Consolidating Federal Control on Big Round Top

Tom Elmore

1st Lieutenant
Member of the Year
Joined
Jan 16, 2015
Around midnight, Colonel Rice’s 83rd Pennsylvania joined the 20th Maine on Big Round Top, while Colonel Fisher’s 5th and 12th Pennsylvania Reserves took possession of the summit. At that hour, division commander General Crawford crawled through the Wheatfield with a staff officer to inspect the skirmish line of McCandless’ brigade. About 2 a.m., the 1st Texas and 3rd Arkansas moved from Devil’s Den to the base of Big Round Top. Before departing, the Texans removed three captured 10-pounder Parrotts. Map reflects positions as of 1 a.m. on July 3.

About midnight the Eighty-Third went up, took position on the right of the Twentieth [Maine] and commenced also throwing up works of stone” – Captain A. M. Judson, Company E, 83rd Pennsylvania.

Re-forming and moving directly by the left flank, the command reached its position [near the summit of Big Round Top], encountering but a few shots from the enemy” – Member of the 12th Pennsylvania Reserves.

Advancing up [Big Round Top] by the flank … all soon reached the top in good order” – Colonel Martin D. Hardin, 12th Pennsylvania Reserves.

In visiting the skirmish line at midnight, crawling out to it with Captain [Richard T.] Auchmuty [Acting Assistant Adjutant General], I found it within pistol shot of the enemy, who had established himself in front, on a ridge beyond, and who enfiladed my skirmish line from the left. Seeing this, I directed the brigade commander [Colonel William McCandless] to draw his skirmishers closer and consolidate his command behind the stone wall” – Brigadier General Samuel W. Crawford.

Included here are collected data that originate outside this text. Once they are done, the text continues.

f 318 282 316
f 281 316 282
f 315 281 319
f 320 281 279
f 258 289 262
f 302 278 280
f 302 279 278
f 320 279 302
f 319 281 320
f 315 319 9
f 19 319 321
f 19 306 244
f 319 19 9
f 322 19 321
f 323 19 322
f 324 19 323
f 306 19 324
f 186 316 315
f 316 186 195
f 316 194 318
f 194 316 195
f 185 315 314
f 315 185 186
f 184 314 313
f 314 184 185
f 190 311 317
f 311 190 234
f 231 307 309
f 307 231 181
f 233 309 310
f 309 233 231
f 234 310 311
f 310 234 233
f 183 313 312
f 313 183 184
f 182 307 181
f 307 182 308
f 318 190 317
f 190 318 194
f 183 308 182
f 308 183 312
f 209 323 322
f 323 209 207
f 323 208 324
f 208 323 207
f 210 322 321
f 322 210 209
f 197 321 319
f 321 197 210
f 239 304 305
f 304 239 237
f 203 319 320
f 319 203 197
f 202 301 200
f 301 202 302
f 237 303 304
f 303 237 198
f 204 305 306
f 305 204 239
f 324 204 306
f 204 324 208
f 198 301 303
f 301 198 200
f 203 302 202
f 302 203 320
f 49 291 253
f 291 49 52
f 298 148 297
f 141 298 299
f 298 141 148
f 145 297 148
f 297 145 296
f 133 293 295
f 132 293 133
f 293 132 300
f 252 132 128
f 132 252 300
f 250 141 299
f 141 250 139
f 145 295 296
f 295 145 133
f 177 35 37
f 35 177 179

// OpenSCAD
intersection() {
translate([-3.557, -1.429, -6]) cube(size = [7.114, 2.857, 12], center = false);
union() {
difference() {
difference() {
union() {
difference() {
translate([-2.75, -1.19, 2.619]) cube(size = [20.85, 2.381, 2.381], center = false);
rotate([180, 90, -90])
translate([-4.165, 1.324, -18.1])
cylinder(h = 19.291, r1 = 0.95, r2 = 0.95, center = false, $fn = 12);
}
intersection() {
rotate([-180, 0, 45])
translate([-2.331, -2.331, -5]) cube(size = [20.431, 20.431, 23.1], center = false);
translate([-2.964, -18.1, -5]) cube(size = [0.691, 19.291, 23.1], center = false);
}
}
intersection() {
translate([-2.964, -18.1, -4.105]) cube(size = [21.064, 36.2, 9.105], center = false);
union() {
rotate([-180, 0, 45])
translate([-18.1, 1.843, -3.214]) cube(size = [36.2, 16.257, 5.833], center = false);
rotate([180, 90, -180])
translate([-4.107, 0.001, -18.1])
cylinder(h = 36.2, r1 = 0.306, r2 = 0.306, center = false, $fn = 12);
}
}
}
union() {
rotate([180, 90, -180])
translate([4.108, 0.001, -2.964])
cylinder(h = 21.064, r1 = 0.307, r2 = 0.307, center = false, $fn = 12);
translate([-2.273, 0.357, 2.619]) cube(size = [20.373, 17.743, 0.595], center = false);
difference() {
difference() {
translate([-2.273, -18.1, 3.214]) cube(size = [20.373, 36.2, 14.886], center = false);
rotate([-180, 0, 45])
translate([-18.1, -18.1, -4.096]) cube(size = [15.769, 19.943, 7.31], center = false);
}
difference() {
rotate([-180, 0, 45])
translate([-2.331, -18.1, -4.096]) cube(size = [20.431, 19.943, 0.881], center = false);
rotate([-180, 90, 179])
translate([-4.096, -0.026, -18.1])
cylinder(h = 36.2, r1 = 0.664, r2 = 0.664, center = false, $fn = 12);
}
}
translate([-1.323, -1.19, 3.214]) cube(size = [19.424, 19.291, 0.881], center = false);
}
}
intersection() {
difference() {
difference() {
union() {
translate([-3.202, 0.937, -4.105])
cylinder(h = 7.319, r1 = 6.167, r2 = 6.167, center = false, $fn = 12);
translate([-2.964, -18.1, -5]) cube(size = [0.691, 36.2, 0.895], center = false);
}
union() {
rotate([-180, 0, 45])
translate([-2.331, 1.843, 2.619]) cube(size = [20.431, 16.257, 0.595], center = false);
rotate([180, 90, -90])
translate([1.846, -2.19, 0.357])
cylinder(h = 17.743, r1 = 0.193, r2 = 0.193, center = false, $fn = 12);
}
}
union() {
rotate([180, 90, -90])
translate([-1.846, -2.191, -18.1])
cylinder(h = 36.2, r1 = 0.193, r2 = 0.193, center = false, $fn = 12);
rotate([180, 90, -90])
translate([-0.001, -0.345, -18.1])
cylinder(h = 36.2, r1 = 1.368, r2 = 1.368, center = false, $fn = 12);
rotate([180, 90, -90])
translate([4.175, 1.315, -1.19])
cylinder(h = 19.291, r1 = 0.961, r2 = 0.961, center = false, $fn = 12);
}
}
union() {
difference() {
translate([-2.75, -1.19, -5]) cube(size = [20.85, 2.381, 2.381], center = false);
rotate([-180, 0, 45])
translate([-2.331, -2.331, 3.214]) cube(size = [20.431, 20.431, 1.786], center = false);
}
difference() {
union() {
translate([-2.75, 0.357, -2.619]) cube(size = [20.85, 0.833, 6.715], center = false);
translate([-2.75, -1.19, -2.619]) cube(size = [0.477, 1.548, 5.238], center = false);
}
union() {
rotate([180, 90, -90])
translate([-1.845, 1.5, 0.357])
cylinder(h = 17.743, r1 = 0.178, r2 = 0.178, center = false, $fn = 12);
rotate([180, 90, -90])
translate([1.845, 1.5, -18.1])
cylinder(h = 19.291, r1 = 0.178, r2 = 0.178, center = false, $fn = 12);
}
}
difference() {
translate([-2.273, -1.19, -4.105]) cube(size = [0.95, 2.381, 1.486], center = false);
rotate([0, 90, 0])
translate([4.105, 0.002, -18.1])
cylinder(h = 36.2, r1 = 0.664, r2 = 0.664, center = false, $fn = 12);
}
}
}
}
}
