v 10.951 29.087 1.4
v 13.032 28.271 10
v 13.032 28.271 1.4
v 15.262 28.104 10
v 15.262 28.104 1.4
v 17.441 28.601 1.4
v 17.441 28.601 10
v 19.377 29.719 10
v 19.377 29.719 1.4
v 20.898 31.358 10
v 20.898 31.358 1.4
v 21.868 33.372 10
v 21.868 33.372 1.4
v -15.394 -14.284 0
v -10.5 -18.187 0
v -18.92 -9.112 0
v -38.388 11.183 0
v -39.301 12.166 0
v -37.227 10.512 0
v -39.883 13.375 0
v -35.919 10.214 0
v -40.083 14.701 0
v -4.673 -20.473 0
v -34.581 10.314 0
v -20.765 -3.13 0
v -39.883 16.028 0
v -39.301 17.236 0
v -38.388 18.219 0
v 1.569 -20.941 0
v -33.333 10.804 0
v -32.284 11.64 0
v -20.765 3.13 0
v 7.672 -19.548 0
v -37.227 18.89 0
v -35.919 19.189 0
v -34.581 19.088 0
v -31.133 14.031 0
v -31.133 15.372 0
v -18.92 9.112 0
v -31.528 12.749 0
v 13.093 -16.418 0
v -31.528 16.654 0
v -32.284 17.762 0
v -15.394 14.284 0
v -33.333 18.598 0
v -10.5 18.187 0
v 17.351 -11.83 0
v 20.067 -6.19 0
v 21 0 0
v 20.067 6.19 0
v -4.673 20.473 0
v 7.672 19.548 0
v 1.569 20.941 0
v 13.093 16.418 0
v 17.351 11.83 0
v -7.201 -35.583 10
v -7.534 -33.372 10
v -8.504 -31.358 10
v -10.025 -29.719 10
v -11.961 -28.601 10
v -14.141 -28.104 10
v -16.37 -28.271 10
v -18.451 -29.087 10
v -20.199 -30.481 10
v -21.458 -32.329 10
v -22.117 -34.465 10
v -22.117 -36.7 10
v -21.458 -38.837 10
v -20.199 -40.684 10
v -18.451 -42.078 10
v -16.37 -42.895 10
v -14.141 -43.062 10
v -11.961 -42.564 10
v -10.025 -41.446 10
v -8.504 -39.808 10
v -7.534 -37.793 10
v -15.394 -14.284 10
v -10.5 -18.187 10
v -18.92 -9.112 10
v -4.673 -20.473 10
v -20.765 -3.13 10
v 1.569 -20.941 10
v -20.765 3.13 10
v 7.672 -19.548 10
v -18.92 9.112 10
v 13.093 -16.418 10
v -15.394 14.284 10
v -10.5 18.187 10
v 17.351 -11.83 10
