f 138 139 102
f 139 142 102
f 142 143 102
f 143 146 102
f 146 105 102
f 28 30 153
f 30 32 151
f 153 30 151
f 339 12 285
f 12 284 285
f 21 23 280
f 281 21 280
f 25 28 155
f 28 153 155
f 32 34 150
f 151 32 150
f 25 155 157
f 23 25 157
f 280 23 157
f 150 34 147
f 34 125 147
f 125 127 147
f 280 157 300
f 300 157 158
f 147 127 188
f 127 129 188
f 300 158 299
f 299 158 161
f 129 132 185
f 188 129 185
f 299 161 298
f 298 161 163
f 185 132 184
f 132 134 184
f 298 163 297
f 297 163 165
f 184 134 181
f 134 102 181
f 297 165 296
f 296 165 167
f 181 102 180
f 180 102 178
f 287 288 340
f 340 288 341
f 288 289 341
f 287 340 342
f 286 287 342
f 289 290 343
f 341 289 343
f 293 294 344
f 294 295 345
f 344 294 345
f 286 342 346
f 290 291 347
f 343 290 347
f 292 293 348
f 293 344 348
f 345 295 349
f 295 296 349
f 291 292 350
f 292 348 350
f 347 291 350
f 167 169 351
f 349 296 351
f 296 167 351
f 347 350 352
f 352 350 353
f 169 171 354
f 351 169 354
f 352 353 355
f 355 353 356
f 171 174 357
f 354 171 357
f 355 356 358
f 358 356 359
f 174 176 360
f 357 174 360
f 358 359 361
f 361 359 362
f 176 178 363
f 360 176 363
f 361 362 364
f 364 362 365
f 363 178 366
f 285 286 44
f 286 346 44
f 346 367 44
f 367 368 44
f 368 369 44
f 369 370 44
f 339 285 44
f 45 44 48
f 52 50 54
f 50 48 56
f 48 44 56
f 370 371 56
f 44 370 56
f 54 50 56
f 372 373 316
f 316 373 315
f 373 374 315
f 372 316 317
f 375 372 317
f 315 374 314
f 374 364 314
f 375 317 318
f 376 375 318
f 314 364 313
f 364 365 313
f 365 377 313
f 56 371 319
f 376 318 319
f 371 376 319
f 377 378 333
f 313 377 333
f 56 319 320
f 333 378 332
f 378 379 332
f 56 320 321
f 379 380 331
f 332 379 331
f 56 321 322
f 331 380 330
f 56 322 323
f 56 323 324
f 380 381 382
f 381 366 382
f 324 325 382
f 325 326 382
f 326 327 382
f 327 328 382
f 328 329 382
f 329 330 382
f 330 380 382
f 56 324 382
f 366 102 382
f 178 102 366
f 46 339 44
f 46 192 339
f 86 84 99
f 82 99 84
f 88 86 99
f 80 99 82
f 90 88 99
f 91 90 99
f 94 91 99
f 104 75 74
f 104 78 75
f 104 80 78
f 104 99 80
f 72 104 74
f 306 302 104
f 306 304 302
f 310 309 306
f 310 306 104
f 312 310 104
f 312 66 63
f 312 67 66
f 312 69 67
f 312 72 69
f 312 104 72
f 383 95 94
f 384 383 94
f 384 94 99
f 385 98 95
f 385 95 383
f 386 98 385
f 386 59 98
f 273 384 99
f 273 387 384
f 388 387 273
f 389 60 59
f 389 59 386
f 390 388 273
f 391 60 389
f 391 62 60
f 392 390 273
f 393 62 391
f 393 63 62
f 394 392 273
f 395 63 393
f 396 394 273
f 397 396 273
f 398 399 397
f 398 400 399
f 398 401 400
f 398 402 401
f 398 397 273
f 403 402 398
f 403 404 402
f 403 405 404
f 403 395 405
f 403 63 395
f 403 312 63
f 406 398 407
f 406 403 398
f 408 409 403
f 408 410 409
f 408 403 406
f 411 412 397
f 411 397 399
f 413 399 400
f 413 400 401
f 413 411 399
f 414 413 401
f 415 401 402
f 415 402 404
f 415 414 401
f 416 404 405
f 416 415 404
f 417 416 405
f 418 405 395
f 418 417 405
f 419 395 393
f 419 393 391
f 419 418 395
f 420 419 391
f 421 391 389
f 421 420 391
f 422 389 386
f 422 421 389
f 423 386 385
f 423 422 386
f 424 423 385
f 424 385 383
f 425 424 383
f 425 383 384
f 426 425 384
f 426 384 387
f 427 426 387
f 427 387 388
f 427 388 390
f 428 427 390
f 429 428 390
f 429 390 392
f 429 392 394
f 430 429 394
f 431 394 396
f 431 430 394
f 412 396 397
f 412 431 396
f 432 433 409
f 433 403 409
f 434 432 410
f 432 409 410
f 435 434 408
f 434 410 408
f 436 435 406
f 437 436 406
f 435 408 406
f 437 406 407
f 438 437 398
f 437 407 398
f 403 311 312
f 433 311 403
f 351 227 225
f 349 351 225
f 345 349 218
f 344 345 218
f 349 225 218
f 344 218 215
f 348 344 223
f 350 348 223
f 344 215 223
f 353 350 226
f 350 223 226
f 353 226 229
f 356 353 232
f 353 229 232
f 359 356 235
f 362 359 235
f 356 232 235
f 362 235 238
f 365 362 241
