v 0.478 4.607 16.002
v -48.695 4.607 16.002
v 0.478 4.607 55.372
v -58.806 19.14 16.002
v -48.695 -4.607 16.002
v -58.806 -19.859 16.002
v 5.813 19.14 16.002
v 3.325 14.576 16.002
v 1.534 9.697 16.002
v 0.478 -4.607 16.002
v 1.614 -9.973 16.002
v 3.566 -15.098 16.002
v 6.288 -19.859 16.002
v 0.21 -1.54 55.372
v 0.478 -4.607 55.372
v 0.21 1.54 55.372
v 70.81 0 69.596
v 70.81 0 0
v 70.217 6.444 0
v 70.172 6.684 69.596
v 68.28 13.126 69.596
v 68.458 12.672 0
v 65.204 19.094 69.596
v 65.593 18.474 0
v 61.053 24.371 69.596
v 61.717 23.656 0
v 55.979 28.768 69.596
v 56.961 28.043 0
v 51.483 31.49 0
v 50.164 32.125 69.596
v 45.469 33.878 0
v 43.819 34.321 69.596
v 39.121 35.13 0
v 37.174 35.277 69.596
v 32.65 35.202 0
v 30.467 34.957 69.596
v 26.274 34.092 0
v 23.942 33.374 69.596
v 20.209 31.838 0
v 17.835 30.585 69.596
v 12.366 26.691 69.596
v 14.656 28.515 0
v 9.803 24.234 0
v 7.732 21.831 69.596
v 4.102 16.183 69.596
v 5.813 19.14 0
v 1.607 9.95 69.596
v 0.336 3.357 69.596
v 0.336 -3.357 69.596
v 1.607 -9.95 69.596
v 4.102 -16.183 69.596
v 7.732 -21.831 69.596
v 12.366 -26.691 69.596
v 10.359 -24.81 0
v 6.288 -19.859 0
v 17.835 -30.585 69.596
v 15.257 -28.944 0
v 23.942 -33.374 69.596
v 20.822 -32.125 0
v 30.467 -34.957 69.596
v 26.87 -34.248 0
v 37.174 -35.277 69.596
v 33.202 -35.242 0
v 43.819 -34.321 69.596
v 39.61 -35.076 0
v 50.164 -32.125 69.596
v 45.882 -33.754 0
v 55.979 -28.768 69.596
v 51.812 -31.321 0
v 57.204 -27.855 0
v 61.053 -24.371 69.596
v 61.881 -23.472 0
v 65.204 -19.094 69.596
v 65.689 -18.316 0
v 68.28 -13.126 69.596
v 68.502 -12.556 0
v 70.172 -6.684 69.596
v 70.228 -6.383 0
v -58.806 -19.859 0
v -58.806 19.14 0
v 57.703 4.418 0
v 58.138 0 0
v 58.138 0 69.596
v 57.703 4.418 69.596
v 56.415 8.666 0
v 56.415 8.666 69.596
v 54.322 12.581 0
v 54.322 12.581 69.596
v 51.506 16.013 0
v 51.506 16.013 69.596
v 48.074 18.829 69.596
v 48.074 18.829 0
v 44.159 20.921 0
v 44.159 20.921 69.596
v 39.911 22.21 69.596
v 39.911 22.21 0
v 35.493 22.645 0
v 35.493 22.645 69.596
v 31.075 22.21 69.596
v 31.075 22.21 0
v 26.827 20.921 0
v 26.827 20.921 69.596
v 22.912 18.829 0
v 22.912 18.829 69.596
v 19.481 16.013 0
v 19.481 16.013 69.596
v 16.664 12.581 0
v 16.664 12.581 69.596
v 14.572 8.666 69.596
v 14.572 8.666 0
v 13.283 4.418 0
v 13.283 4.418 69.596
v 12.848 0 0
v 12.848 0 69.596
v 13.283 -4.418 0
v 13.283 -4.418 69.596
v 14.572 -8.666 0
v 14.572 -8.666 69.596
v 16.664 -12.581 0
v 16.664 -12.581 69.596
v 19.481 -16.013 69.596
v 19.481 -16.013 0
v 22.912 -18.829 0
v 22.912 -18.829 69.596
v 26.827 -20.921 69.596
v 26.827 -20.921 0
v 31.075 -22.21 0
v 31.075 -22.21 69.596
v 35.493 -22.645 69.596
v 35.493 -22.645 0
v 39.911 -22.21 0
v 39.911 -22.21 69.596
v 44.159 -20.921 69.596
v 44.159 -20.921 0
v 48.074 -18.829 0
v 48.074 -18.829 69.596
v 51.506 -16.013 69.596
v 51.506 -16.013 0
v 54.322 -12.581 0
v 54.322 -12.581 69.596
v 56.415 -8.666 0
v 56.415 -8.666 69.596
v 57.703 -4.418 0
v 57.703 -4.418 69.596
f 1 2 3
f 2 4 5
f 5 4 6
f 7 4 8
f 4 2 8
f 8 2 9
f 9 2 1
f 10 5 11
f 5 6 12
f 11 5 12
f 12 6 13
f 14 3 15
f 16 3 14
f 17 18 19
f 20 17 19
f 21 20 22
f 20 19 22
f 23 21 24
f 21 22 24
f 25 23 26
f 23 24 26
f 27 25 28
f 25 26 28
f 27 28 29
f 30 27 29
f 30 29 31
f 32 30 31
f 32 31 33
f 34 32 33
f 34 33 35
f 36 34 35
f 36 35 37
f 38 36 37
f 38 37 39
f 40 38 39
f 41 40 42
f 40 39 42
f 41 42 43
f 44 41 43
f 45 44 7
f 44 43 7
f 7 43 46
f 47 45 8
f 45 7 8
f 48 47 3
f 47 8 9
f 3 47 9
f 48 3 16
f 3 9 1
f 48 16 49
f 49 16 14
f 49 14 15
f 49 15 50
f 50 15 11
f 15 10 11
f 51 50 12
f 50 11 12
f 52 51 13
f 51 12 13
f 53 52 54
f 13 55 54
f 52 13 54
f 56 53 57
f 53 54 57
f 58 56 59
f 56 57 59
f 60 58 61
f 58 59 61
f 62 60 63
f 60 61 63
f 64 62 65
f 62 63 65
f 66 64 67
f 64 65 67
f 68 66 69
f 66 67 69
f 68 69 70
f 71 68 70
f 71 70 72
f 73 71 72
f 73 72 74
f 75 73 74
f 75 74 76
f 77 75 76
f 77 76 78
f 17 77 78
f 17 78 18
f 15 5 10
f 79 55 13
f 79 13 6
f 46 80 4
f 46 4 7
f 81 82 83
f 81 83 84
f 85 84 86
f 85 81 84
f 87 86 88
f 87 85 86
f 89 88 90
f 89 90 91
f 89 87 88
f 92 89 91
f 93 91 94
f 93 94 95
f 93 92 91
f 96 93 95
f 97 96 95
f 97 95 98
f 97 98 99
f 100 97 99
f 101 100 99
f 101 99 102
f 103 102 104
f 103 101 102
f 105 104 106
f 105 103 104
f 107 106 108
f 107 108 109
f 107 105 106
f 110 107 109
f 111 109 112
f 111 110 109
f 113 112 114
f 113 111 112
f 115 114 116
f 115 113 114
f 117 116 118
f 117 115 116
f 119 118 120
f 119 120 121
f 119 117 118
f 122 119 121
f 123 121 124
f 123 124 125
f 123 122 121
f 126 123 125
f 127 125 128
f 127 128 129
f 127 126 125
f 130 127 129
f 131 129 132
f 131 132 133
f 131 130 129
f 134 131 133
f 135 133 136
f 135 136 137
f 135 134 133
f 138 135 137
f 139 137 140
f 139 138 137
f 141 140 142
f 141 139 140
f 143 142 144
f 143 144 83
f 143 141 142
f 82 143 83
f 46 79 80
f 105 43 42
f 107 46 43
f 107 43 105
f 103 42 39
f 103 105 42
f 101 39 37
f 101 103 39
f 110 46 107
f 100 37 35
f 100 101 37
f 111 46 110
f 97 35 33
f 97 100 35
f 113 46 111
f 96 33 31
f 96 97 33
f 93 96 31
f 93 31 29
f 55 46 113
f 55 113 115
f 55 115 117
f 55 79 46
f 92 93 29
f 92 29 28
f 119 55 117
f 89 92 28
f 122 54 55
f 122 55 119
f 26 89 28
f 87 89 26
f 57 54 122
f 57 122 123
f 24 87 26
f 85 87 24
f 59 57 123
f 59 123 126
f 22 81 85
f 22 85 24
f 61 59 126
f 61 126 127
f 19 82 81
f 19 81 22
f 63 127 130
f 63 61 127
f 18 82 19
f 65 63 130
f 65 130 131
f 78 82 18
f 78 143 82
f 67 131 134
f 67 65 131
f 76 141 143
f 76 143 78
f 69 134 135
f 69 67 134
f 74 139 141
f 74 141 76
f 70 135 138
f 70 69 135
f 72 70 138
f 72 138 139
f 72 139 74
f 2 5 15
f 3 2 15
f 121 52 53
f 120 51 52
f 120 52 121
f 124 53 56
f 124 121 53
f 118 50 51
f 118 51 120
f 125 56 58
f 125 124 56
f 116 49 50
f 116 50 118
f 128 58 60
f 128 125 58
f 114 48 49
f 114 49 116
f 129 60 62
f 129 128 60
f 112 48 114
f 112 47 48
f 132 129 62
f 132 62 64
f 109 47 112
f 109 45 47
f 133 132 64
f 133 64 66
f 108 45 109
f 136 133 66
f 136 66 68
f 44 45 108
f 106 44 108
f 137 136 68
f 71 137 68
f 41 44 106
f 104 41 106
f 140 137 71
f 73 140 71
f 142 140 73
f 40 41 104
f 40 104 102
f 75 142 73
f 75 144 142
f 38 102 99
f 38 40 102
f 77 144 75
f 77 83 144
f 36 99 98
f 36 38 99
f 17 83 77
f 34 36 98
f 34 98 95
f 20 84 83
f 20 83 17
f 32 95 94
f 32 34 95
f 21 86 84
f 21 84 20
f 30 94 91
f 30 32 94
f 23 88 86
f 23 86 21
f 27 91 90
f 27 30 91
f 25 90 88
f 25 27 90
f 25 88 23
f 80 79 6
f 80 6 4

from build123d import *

# Parameters (mm, degrees)
F0_R     = 35.316834
F0_R_2   = 22.645268
F1_DEPTH = 69.596
F3_DEPTH = 16.002
F4_W     = 31.616599
F4_H     = 9.21494
F5_DEPTH = 55.372
F6_W     = 26.249159
F6_H     = 9.21494
F7_DEPTH = 39.37
F9_DEPTH = 38.1


with BuildPart() as f1:
    # F0 (on Top) → F1 (new body)
    with BuildSketch(Plane.XY):
        with Locations((35.493162, 0)):
            Circle(F0_R)
        with Locations((35.493162, 0)):
            Circle(F0_R_2, mode=Mode.SUBTRACT)
    extrude(amount=F1_DEPTH)

    # F2 (on face) → F3 (join)
    with BuildSketch(Plane(origin=(0, 0, 0), x_dir=(1, 0, 0), z_dir=(0, 0, -1))):
        with BuildLine():
            Line((-58.806233, -19.13999), (5.812536, -19.13999))
            ThreePointArc((5.812536, -19.13999), (0.178957, 0.430922), (6.288416, 19.858539))
            Line((6.288416, 19.858539), (-58.806233, 19.858539))
            Line((-58.806233, 19.858539), (-58.806233, -19.13999))
        make_face()
    extrude(amount=-F3_DEPTH)

    # F4 (on face) → F5 (join)
    with BuildSketch(Plane(origin=(0, 0, 0), x_dir=(1, 0, 0), z_dir=(0, 0, -1))):
        with Locations((-6.637758, 0)):
            Rectangle(F4_W, F4_H)
    extrude(amount=-F5_DEPTH)

    # F6 (on face) → F7 (join)
    with BuildSketch(Plane.XY.offset(16.002)):
        with Locations((-35.570636, 0)):
            Rectangle(F6_W, F6_H)
    extrude(amount=F7_DEPTH)

    # F8 (on face) → F9 (cut)
    with BuildSketch(Plane.XZ.offset(4.60747)):
        Polygon((-48.695216, 16.002), (0.478165, 55.372), (-48.695216, 55.372), align=None)
    extrude(amount=-F9_DEPTH, mode=Mode.SUBTRACT)


solid = f1.part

I was relieved about midnight” – Captain Charles W. Gibbs, Company I, 44th New York.

Slept on our arms and was awakened at 2 [a.m.] and moved to the right … across the depression obliquely to the right, part way up Big Round Top among a lot of large rocks and boulders where we again halted” – Private Thomas L. McCarty, Company L, 1st Texas.

The enemy were so close that we had to wrap blankets around the wheels of the artillery and move three pieces back with us by hand; one of the pieces had fallen into a ravine and had to be left” – Captain George T. Todd, Company A, 1st Texas.

Sources:

-History of the Eighty-Third Regiment Pennsylvania Volunteers, by A. M. Judson, Erie, PA: B. F. F. Lynn, Publisher, p. 69.
-Forty-first Regiment (12th Pennsylvania Reserves), History of Pennsylvania Volunteers, 1861-5, by Samuel P. Bates, I:885.
-History of the Twelfth Regiment Pennsylvania Reserve Volunteer Corps, by Martin D. Hardin, New York: published by the author, 1890, pp. 154-155.
-Correspondence with Major-General S. W. Crawford, Address Delivered 28th November 1866, by Maj. Gen. J. Watts De Peyster, Township of Red Hook, New York.
-July 10 letter of Capt. C. W. Gibbs to his father, http://home.nycap.rr.com/civilwar/gibbsletter.htm, 05/12/2003.
-Battle of Gettysburg, by Thomas L. McCarty, 1899, University of Texas Library, Robert L. Brake Collection, U.S. Army Heritage and Education Center, Carlisle, Pennsylvania.
-First Texas Regiment, by George T. Todd, Waco, TX: Texian Press, 1963.